Qual o peso de decisão da Dinamarca?

A Gronelândia tem o seu próprio primeiro-ministro e gera as suas instituições públicas desde 1979 mas as decisões estratégicas, como os assuntos externos, a política monetária e a defesa, continuam sob o controlo dinamarquês. Apesar de lutar pela independência há várias anos, a Gronelândia continua a ter o apoio na Dinamarca contra o interesse dos EUA.

E, por isso, também o governo dinamarquês respondeu às declarações do presidente americano, dizendo: "Isso não acontecerá". O ministro da Defesa da Dinamarca, Trouls Lund Poulsen, disse ainda à imprensa estatal que "a escolha que a Gronelândia desejar tomar será decidida pelos gronelandeses".

Como funcionam as eleições na Gronelânida?

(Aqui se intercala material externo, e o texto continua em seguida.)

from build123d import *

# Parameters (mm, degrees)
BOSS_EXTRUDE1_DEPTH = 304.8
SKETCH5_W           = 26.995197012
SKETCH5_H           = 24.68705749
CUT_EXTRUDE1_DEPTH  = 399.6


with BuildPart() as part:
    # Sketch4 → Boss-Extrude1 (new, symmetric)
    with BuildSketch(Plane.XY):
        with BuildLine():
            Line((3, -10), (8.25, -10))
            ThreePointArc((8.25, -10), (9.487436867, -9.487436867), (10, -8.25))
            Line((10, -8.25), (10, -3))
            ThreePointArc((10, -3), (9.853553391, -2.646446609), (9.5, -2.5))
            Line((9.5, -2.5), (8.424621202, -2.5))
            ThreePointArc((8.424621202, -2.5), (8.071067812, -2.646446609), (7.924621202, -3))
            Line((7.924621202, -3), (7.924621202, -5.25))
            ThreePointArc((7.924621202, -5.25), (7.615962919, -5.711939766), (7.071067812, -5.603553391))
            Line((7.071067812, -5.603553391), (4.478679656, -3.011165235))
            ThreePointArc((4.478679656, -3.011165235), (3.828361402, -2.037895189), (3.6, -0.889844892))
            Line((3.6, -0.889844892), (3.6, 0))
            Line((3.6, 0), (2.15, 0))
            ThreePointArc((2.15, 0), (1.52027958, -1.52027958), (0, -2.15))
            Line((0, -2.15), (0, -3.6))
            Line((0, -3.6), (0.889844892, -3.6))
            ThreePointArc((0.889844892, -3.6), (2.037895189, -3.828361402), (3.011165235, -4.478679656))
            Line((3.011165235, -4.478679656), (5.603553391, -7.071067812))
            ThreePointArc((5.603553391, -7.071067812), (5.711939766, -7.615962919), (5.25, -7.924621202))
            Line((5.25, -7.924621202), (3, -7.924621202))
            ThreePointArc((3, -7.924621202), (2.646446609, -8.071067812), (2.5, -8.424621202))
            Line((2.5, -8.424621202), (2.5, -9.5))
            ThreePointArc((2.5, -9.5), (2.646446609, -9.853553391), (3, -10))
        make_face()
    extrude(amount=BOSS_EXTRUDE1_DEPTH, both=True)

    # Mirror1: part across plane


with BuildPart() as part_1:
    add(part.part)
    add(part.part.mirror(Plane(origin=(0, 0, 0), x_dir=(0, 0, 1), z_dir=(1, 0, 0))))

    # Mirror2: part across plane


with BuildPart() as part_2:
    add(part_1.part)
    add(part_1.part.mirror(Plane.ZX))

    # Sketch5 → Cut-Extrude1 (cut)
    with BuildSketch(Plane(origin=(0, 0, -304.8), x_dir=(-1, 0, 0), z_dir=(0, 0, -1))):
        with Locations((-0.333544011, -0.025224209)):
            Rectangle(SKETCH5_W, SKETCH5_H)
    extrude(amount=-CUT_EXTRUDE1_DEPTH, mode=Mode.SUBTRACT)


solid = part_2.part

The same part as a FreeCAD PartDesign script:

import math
import FreeCAD as App
import Part
import Sketcher
Q = App.Units.Quantity

doc = App.newDocument("Part")
body = doc.addObject("PartDesign::Body", "Body")

# Sketch on XY plane
sketch1 = body.newObject("Sketcher::SketchObject", "Sketch")
sketch1.AttachmentSupport = (doc.getObject("XY_Plane"), [""])
sketch1.MapMode = "FlatFace"
sketch1.addGeometry([
    Part.LineSegment(App.Vector(3, -10, 0), App.Vector(8.25, -10, 0)),  # 0
    Part.ArcOfCircle(Part.Circle(App.Vector(8.25, -8.25, 0), App.Vector(0, 0, 1), 1.75), math.radians(-90), math.radians(0)),  # 1
    Part.LineSegment(App.Vector(10, -8.25, 0), App.Vector(10, -3, 0)),  # 2
    Part.ArcOfCircle(Part.Circle(App.Vector(9.5, -3, 0), App.Vector(0, 0, 1), 0.5), math.radians(0), math.radians(90)),  # 3
    Part.LineSegment(App.Vector(9.5, -2.5, 0), App.Vector(8.424621, -2.5, 0)),  # 4
    Part.ArcOfCircle(Part.Circle(App.Vector(8.424621, -3, 0), App.Vector(0, 0, 1), 0.5), math.radians(90), math.radians(180)),  # 5
    Part.LineSegment(App.Vector(7.924621, -3, 0), App.Vector(7.924621, -5.25, 0)),  # 6
    Part.ArcOfCircle(Part.Circle(App.Vector(7.424621, -5.25, 0), App.Vector(0, 0, 1), 0.5), math.radians(-135), math.radians(0)),  # 7
    Part.LineSegment(App.Vector(7.071068, -5.603553, 0), App.Vector(4.47868, -3.011165, 0)),  # 8
    Part.ArcOfCircle(Part.Circle(App.Vector(6.6, -0.889845, 0), App.Vector(0, 0, 1), 3), math.radians(180), math.radians(225)),  # 9
    Part.LineSegment(App.Vector(3.6, -0.889845, 0), App.Vector(3.6, 0, 0)),  # 10
    Part.LineSegment(App.Vector(3.6, 0, 0), App.Vector(2.15, 0, 0)),  # 11
    Part.ArcOfCircle(Part.Circle(App.Vector(0, 0, 0), App.Vector(0, 0, 1), 2.15), math.radians(-90), math.radians(0)),  # 12
    Part.LineSegment(App.Vector(0, -2.15, 0), App.Vector(0, -3.6, 0)),  # 13
    Part.LineSegment(App.Vector(0, -3.6, 0), App.Vector(0.889845, -3.6, 0)),  # 14
    Part.ArcOfCircle(Part.Circle(App.Vector(0.889845, -6.6, 0), App.Vector(0, 0, 1), 3), math.radians(45), math.radians(90)),  # 15
    Part.LineSegment(App.Vector(3.011165, -4.47868, 0), App.Vector(5.603553, -7.071068, 0)),  # 16
    Part.ArcOfCircle(Part.Circle(App.Vector(5.25, -7.424621, 0), App.Vector(0, 0, 1), 0.5), math.radians(-90), math.radians(45)),  # 17
    Part.LineSegment(App.Vector(5.25, -7.924621, 0), App.Vector(3, -7.924621, 0)),  # 18
    Part.ArcOfCircle(Part.Circle(App.Vector(3, -8.424621, 0), App.Vector(0, 0, 1), 0.5), math.radians(90), math.radians(180)),  # 19
    Part.LineSegment(App.Vector(2.5, -8.424621, 0), App.Vector(2.5, -9.5, 0)),  # 20
    Part.ArcOfCircle(Part.Circle(App.Vector(3, -9.5, 0), App.Vector(0, 0, 1), 0.5), math.radians(180), math.radians(270)),  # 21
], False)
sketch1.addConstraint([
    Sketcher.Constraint("Tangent", 0, 2, 1, 1),
    Sketcher.Constraint("Tangent", 1, 2, 2, 1),
    Sketcher.Constraint("Tangent", 2, 2, 3, 1),
    Sketcher.Constraint("Tangent", 3, 2, 4, 1),
    Sketcher.Constraint("Tangent", 4, 2, 5, 1),
    Sketcher.Constraint("Tangent", 5, 2, 6, 1),
    Sketcher.Constraint("Tangent", 6, 2, 7, 2),
    Sketcher.Constraint("Tangent", 7, 1, 8, 1),
    Sketcher.Constraint("Tangent", 8, 2, 9, 2),
    Sketcher.Constraint("Tangent", 9, 1, 10, 1),
    Sketcher.Constraint("Coincident", 10, 2, 11, 1),
    Sketcher.Constraint("Coincident", 11, 2, 12, 2),
    Sketcher.Constraint("Coincident", 12, 1, 13, 1),
    Sketcher.Constraint("Coincident", 13, 2, 14, 1),
    Sketcher.Constraint("Tangent", 14, 2, 15, 2),
    Sketcher.Constraint("Tangent", 15, 1, 16, 1),
    Sketcher.Constraint("Tangent", 16, 2, 17, 2),
    Sketcher.Constraint("Tangent", 17, 1, 18, 1),
    Sketcher.Constraint("Tangent", 18, 2, 19, 1),
    Sketcher.Constraint("Tangent", 19, 2, 20, 1),
    Sketcher.Constraint("Tangent", 20, 2, 21, 1),
    Sketcher.Constraint("Tangent", 21, 2, 0, 1),
    Sketcher.Constraint("Horizontal", 0),
    Sketcher.Constraint("Vertical", 2),
    Sketcher.Constraint("Horizontal", 4),
    Sketcher.Constraint("Vertical", 6),
    Sketcher.Constraint("Vertical", 10),
    Sketcher.Constraint("Horizontal", 11),
    Sketcher.Constraint("Vertical", 13),
    Sketcher.Constraint("Horizontal", 14),
    Sketcher.Constraint("Horizontal", 18),
    Sketcher.Constraint("Vertical", 20),
    Sketcher.Constraint("Coincident", 12, 3, -1, 1),
    Sketcher.Constraint("Equal", 3, 5),
    Sketcher.Constraint("Equal", 5, 7),
    Sketcher.Constraint("Equal", 9, 15),
    Sketcher.Constraint("Equal", 7, 17),
    Sketcher.Constraint("Equal", 17, 19),
    Sketcher.Constraint("Equal", 19, 21),
    Sketcher.Constraint("PointOnObject", 10, 2, -1),
    Sketcher.Constraint("PointOnObject", 12, 1, -2),
    Sketcher.Constraint("Parallel", 8, 16),
    Sketcher.Constraint("Equal", 0, 2),
    Sketcher.Constraint("Equal", 18, 6),
    Sketcher.Constraint("Equal", 14, 10),
    Sketcher.Constraint("Equal", 11, 13),
    Sketcher.Constraint("Equal", 4, 20),
    Sketcher.Constraint("Equal", 8, 16),
    Sketcher.Constraint("Radius", 9, Q("3 mm")),
    Sketcher.Constraint("Radius", 3, Q("0.5 mm")),
    Sketcher.Constraint("Radius", 1, Q("1.75 mm")),
    Sketcher.Constraint("Radius", 12, Q("2.15 mm")),
    Sketcher.Constraint("DistanceY", 3, 3, -1, 1, Q("3 mm")),
    Sketcher.Constraint("DistanceY", 0, 2, -1, 1, Q("10 mm")),
    Sketcher.Constraint("DistanceY", 1, 3, 7, 3, Q("3 mm")),
    Sketcher.Constraint("DistanceX", 11, 2, 11, 1, Q("1.45 mm")),
    Sketcher.Constraint("DistanceX", 4, 2, 4, 1, Q("1.075379 mm")),
])
pad1 = body.newObject("PartDesign::Pad", "Pad")
pad1.Profile = sketch1
pad1.Length = 609.6
pad1.Midplane = True
body2 = doc.addObject("PartDesign::Body", "Body001")
doc.recompute()

body2.BaseFeature = body
doc.recompute()

mirroring = doc.addObject("Part::Mirroring", "Mirroring")
mirroring.Source = body
mirroring.Base = App.Vector(0, 0, 0)
mirroring.Normal = App.Vector(1, 0, 0)
body3 = doc.addObject("PartDesign::Body", "Body002")
body3.BaseFeature = mirroring
boolean = body2.newObject("PartDesign::Boolean", "Boolean")
boolean.Type = "Fuse"
boolean.addObjects([body3])
doc.recompute()
body4 = doc.addObject("PartDesign::Body", "Body003")
doc.recompute()

body4.BaseFeature = body2
doc.recompute()

mirroring2 = doc.addObject("Part::Mirroring", "Mirroring001")
mirroring2.Source = body2
mirroring2.Base = App.Vector(0, 0, 0)
mirroring2.Normal = App.Vector(0, 1, 0)
body5 = doc.addObject("PartDesign::Body", "Body004")
body5.BaseFeature = mirroring2
boolean2 = body4.newObject("PartDesign::Boolean", "Boolean001")
boolean2.Type = "Fuse"
boolean2.addObjects([body5])
doc.recompute()

# Sketch on XY plane
sketch2 = body4.newObject("Sketcher::SketchObject", "Sketch001")
sketch2.AttachmentSupport = (doc.getObject("XY_Plane003"), [""])
sketch2.MapMode = "FlatFace"
sketch2.AttachmentOffset = App.Placement(App.Vector(0, 0, -304.8), App.Rotation())
sketch2.addGeometry([
    Part.LineSegment(App.Vector(13.831143, 12.318305, 0), App.Vector(13.831143, -12.368753, 0)),
    Part.LineSegment(App.Vector(13.831143, -12.368753, 0), App.Vector(-13.164054, -12.368753, 0)),
    Part.LineSegment(App.Vector(-13.164054, -12.368753, 0), App.Vector(-13.164054, 12.318305, 0)),
    Part.LineSegment(App.Vector(-13.164054, 12.318305, 0), App.Vector(13.831143, 12.318305, 0)),
], False)
sketch2.addConstraint([
    Sketcher.Constraint("Coincident", 0, 2, 1, 1),
    Sketcher.Constraint("Coincident", 1, 2, 2, 1),
    Sketcher.Constraint("Coincident", 2, 2, 3, 1),
    Sketcher.Constraint("Coincident", 3, 2, 0, 1),
    Sketcher.Constraint("Vertical", 0),
    Sketcher.Constraint("Horizontal", 1),
    Sketcher.Constraint("Vertical", 2),
    Sketcher.Constraint("Horizontal", 3),
    Sketcher.Constraint("DistanceX", 1, 2, 1, 1, Q("26.995197 mm")),
    Sketcher.Constraint("DistanceY", 0, 2, 0, 1, Q("24.687057 mm")),
    Sketcher.Constraint("DistanceX", -1, 1, 0, 2, Q("13.831143 mm")),
    Sketcher.Constraint("DistanceY", 0, 2, -1, 1, Q("12.368753 mm")),
])
pocket1 = body4.newObject("PartDesign::Pocket", "Pocket")
pocket1.Profile = sketch2
pocket1.Length = 399.6
pocket1.Reversed = True
mirroring.Visibility = False
mirroring2.Visibility = False

doc.recompute()
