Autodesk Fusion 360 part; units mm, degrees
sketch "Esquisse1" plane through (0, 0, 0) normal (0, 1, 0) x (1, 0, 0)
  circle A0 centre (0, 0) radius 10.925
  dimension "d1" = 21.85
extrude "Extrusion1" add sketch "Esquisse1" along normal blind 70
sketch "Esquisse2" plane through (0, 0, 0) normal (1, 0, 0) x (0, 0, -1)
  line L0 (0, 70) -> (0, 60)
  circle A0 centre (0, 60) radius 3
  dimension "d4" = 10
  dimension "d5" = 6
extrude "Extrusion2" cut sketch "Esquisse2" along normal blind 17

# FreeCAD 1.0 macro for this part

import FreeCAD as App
import Part
import Sketcher
Q = App.Units.Quantity

doc = App.newDocument("Part")
body = doc.addObject("PartDesign::Body", "Body")

sketch1 = body.newObject("Sketcher::SketchObject", "Sketch")
sketch1.AttachmentSupport = (doc.getObject("XZ_Plane"), [""])
sketch1.MapMode = "FlatFace"
sketch1.addGeometry(Part.Circle(App.Vector(0, 0, 0), App.Vector(0, 0, 1), 11), False)
sketch1.addConstraint([
    Sketcher.Constraint("Coincident", 0, 3, -1, 1),
    Sketcher.Constraint("Diameter", 0, Q("21.85 mm")),
])
pad1 = body.newObject("PartDesign::Pad", "Pad")
pad1.Profile = sketch1
pad1.Length = 70
pad1.Reversed = True

sketch2 = body.newObject("Sketcher::SketchObject", "Sketch001")
sketch2.AttachmentSupport = (doc.getObject("YZ_Plane"), [""])
sketch2.MapMode = "FlatFace"
sketch2.addGeometry(Part.Circle(App.Vector(60, 0, 0), App.Vector(0, 0, 1), 3), False)
sketch2.addConstraint([
    Sketcher.Constraint("PointOnObject", 0, 3, -1),
    Sketcher.Constraint("Diameter", 0, Q("6 mm")),
    Sketcher.Constraint("DistanceX", -1, 1, 0, 3, Q("60 mm")),
])
pocket1 = body.newObject("PartDesign::Pocket", "Pocket")
pocket1.Profile = sketch2
pocket1.Length = 17
pocket1.Reversed = True

doc.recompute()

Nestas eleições serão escolhidos os 31 membros do parlamento da Gronelândia, o Inatsisartut. O sistema eleitoral gronelandês é baseado na representação proporcional do método d'Hondt para a atribuição de assentos.

A independência será uma das questões cruciais em jogo nas eleições legislativas de terça-feira.

Uma sondagem realizada pela Verian em janeiro revelou que o partido de esquerda Inuit Ataqatigiit poderia obter cerca de 31% e vencer o partido no poder, Siumut, por cerca de 9%.

Atualmente, o partido Inuit Ataqatigiit e o partido Simiut governam em coligação. O primeiro-ministro Mute Egede pertence ao partido com maior número de lugares, o Inuit Ataqatigiit, um partido de esquerda ecológico independente.